Dinette Table Lift Mechanism

This is what being cooped up in the garage during long winter nights yields...

I think I mentioned the design for this sometime ago in the blog. Over the last few months I had an experimental mockup setup in the garage, to determine feasibility. In particular, would the mechanics be enough to bear the load of the (expected) dinette table weight? Results were positive such that I took it into the boat. Though still experimental, here is what I have so far.
One of the lift assemblies

There are two lift assemblies (left and right) that slide in and thru bolt to the boat's glassed in framing structure under the side deck, giving a quite sturdy and stiff attachment. The assemblies are lifting arms on rollers held captive in a section of slotted aluminum. Attached to the lifting arms are lead screws coupled to a drive motor mounted on a bracket at the base. The lead screws and motors provide the up/down movement. The assemblies are designed to be installed/removed with one-person-one-tool without removing finish work (well, maybe a bit of trim). When finished, the lift mechanisms will be completely concealed behind the cabinet.
60 pounds of weight

With two assemblies installed, and motors synchronized  a load test is done, with a heavy piece of MDF and some dive weights placed at a 3/4 table width lever point. Total weight about 60 pounds. The motors had no problem lifting/lowering the load.

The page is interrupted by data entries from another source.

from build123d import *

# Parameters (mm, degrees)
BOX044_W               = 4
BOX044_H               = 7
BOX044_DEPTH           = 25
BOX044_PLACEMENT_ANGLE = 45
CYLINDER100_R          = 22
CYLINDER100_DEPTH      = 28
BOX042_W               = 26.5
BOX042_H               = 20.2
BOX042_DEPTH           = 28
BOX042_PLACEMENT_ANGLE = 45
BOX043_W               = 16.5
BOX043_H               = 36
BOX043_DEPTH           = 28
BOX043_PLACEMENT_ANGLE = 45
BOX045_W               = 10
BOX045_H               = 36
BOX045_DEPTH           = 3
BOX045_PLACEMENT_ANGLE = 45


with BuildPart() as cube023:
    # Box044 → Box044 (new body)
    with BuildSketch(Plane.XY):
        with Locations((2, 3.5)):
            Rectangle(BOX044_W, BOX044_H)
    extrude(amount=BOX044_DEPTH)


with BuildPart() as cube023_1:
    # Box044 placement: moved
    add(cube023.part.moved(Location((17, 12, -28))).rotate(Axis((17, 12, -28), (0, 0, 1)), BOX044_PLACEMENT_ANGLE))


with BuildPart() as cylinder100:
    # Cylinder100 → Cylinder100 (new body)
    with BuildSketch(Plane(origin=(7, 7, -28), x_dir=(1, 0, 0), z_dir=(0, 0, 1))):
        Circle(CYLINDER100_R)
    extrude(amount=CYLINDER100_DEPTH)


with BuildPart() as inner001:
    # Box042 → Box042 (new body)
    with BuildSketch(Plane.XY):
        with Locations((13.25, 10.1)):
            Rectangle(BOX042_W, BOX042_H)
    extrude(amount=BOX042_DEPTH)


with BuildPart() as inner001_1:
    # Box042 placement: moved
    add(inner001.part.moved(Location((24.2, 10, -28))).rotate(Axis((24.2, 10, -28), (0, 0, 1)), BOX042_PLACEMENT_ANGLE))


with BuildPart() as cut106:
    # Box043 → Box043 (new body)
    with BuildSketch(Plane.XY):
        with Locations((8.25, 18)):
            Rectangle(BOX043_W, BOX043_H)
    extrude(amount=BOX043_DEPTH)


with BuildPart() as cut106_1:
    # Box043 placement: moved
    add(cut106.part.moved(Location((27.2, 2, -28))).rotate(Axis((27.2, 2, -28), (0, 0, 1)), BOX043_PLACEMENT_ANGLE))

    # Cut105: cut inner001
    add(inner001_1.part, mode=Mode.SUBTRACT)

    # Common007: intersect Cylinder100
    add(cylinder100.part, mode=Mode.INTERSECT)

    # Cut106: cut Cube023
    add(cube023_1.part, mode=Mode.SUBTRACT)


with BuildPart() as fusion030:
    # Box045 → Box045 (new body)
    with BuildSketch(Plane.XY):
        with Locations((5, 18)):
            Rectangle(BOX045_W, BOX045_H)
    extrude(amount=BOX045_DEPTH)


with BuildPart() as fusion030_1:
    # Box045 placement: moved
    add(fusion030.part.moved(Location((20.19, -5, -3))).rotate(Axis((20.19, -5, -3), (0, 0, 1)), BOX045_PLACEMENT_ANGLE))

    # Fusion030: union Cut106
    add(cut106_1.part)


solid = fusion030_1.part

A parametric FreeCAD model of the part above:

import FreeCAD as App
import Part
import Sketcher

V = App.Vector


def add_polygon(sketch, points):
    """Adds a closed chain of lines whose ends are joined by coincident constraints."""
    first, n = sketch.GeometryCount, len(points)
    for a, b in zip(points, points[1:] + points[:1]):
        sketch.addGeometry(Part.LineSegment(App.Vector(*a, 0), App.Vector(*b, 0)), False)
    for i in range(n):
        sketch.addConstraint(Sketcher.Constraint("Coincident", first + i, 2, first + (i + 1) % n, 1))

doc = App.newDocument("Part")
body = doc.addObject("PartDesign::Body", "Body")

# Sketch on XY plane
sketch1 = doc.addObject("Sketcher::SketchObject", "Sketch")
body.addObject(sketch1)
sketch1.AttachmentSupport = (doc.XY_Plane, [""])
sketch1.MapMode = "FlatFace"
add_polygon(sketch1, [(0, 7), (0, 0), (4, 0), (4, 7)])  # lines 0-3
sketch1.addConstraint(Sketcher.Constraint("Vertical", 0))
sketch1.addConstraint(Sketcher.Constraint("Horizontal", 1))
sketch1.addConstraint(Sketcher.Constraint("Vertical", 2))
sketch1.addConstraint(Sketcher.Constraint("Horizontal", 3))
sketch1.addConstraint(Sketcher.Constraint("Coincident", 0, 2, -1, 1))
sketch1.addConstraint(Sketcher.Constraint("DistanceX", 1, 1, 1, 2, 4.0))
sketch1.addConstraint(Sketcher.Constraint("DistanceY", 0, 2, 0, 1, 7.0))
pad1 = doc.addObject("PartDesign::Pad", "Pad")
body.addObject(pad1)
pad1.Profile = sketch1
pad1.Length = 25
body2 = doc.addObject("PartDesign::Body", "Body001")
doc.recompute()

body.Placement = App.Placement(V(17, 12, -28), App.Rotation(V(0, 0, 1), 45))
boolean = doc.addObject("PartDesign::Boolean", "Boolean")
body2.addObject(boolean)
boolean.Type = "Fuse"
boolean.addObjects([body])
body3 = doc.addObject("PartDesign::Body", "Body002")

# Sketch on XY plane
sketch2 = doc.addObject("Sketcher::SketchObject", "Sketch001")
body3.addObject(sketch2)
sketch2.AttachmentSupport = (doc.getObject("XY_Plane002"), [""])
sketch2.MapMode = "FlatFace"
sketch2.AttachmentOffset = App.Placement(V(0, 0, -28), App.Rotation())
sketch2.addGeometry(Part.Circle(V(7, 7, 0), V(0, 0, 1), 22), False)
sketch2.addConstraint(Sketcher.Constraint("Diameter", 0, 44.0))
sketch2.addConstraint(Sketcher.Constraint("DistanceX", -1, 1, 0, 3, 7.0))
sketch2.addConstraint(Sketcher.Constraint("DistanceY", -1, 1, 0, 3, 7.0))
pad2 = doc.addObject("PartDesign::Pad", "Pad001")
body3.addObject(pad2)
pad2.Profile = sketch2
pad2.Length = 28
body4 = doc.addObject("PartDesign::Body", "Body003")

# Sketch on XY plane
sketch3 = doc.addObject("Sketcher::SketchObject", "Sketch002")
body4.addObject(sketch3)
sketch3.AttachmentSupport = (doc.getObject("XY_Plane003"), [""])
sketch3.MapMode = "FlatFace"
add_polygon(sketch3, [(0, 20), (0, 0), (26, 0), (26, 20)])  # lines 0-3
sketch3.addConstraint(Sketcher.Constraint("Vertical", 0))
sketch3.addConstraint(Sketcher.Constraint("Horizontal", 1))
sketch3.addConstraint(Sketcher.Constraint("Vertical", 2))
sketch3.addConstraint(Sketcher.Constraint("Horizontal", 3))
sketch3.addConstraint(Sketcher.Constraint("Coincident", 0, 2, -1, 1))
sketch3.addConstraint(Sketcher.Constraint("DistanceX", 1, 1, 1, 2, 26.5))
sketch3.addConstraint(Sketcher.Constraint("DistanceY", 0, 2, 0, 1, 20.2))
pad3 = doc.addObject("PartDesign::Pad", "Pad002")
body4.addObject(pad3)
pad3.Profile = sketch3
pad3.Length = 28
body5 = doc.addObject("PartDesign::Body", "Body004")
doc.recompute()

body4.Placement = App.Placement(V(24.2, 10, -28), App.Rotation(V(0, 0, 1), 45))
boolean2 = doc.addObject("PartDesign::Boolean", "Boolean001")
body5.addObject(boolean2)
boolean2.Type = "Fuse"
boolean2.addObjects([body4])
body6 = doc.addObject("PartDesign::Body", "Body005")

# Sketch on XY plane
sketch4 = doc.addObject("Sketcher::SketchObject", "Sketch003")
body6.addObject(sketch4)
sketch4.AttachmentSupport = (doc.getObject("XY_Plane005"), [""])
sketch4.MapMode = "FlatFace"
add_polygon(sketch4, [(0, 36), (0, 0), (16, 0), (16, 36)])  # lines 0-3
sketch4.addConstraint(Sketcher.Constraint("Vertical", 0))
sketch4.addConstraint(Sketcher.Constraint("Horizontal", 1))
sketch4.addConstraint(Sketcher.Constraint("Vertical", 2))
sketch4.addConstraint(Sketcher.Constraint("Horizontal", 3))
sketch4.addConstraint(Sketcher.Constraint("Coincident", 0, 2, -1, 1))
sketch4.addConstraint(Sketcher.Constraint("DistanceY", 0, 2, 0, 1, 36.0))
sketch4.addConstraint(Sketcher.Constraint("DistanceX", 1, 1, 1, 2, 16.5))
pad4 = doc.addObject("PartDesign::Pad", "Pad003")
body6.addObject(pad4)
pad4.Profile = sketch4
pad4.Length = 28
body7 = doc.addObject("PartDesign::Body", "Body006")
doc.recompute()

body6.Placement = App.Placement(V(27.2, 2, -28), App.Rotation(V(0, 0, 1), 45))
boolean3 = doc.addObject("PartDesign::Boolean", "Boolean002")
body7.addObject(boolean3)
boolean3.Type = "Fuse"
boolean3.addObjects([body6])
doc.recompute()

boolean4 = doc.addObject("PartDesign::Boolean", "Boolean003")
body7.addObject(boolean4)
boolean4.Type = "Cut"
boolean4.addObjects([body5])
doc.recompute()

boolean5 = doc.addObject("PartDesign::Boolean", "Boolean004")
body7.addObject(boolean5)
boolean5.Type = "Common"
boolean5.addObjects([body3])
doc.recompute()

boolean6 = doc.addObject("PartDesign::Boolean", "Boolean005")
body7.addObject(boolean6)
boolean6.Type = "Cut"
boolean6.addObjects([body2])
body8 = doc.addObject("PartDesign::Body", "Body007")

# Sketch on XY plane
sketch5 = doc.addObject("Sketcher::SketchObject", "Sketch004")
body8.addObject(sketch5)
sketch5.AttachmentSupport = (doc.getObject("XY_Plane007"), [""])
sketch5.MapMode = "FlatFace"
add_polygon(sketch5, [(0, 36), (0, 0), (10, 0), (10, 36)])  # lines 0-3
sketch5.addConstraint(Sketcher.Constraint("Vertical", 0))
sketch5.addConstraint(Sketcher.Constraint("Horizontal", 1))
sketch5.addConstraint(Sketcher.Constraint("Vertical", 2))
sketch5.addConstraint(Sketcher.Constraint("Horizontal", 3))
sketch5.addConstraint(Sketcher.Constraint("Coincident", 0, 2, -1, 1))
sketch5.addConstraint(Sketcher.Constraint("DistanceX", 1, 1, 1, 2, 10.0))
sketch5.addConstraint(Sketcher.Constraint("DistanceY", 0, 2, 0, 1, 36.0))
pad5 = doc.addObject("PartDesign::Pad", "Pad004")
body8.addObject(pad5)
pad5.Profile = sketch5
pad5.Length = 3
body9 = doc.addObject("PartDesign::Body", "Body008")
doc.recompute()

body8.Placement = App.Placement(V(20.19, -5, -3), App.Rotation(V(0, 0, 1), 45))
boolean7 = doc.addObject("PartDesign::Boolean", "Boolean006")
body9.addObject(boolean7)
boolean7.Type = "Fuse"
boolean7.addObjects([body8])
doc.recompute()

boolean8 = doc.addObject("PartDesign::Boolean", "Boolean007")
body9.addObject(boolean8)
boolean8.Type = "Fuse"
boolean8.addObjects([body7])

doc.recompute()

Of course the intended feature of this mechanism is to provide adjustable height for normal dinette use, but also

  • lower the surface to convert the dinette into a bunk
  • raise the surface to provide easy access to the boat's electronics underneath
  • all without tearing things apart.

Here are the sample height levels
Normal table height
Lower height for bunk conversion (17 inches up from floor)
Upper height for electronics access (note cabinet extended on slides)
By no means complete, there are still some refinements to be made. I am surprised how well this has worked so far. As I ain't no mechanical engineer, there is still a chance it will fail... completely.

More on this later.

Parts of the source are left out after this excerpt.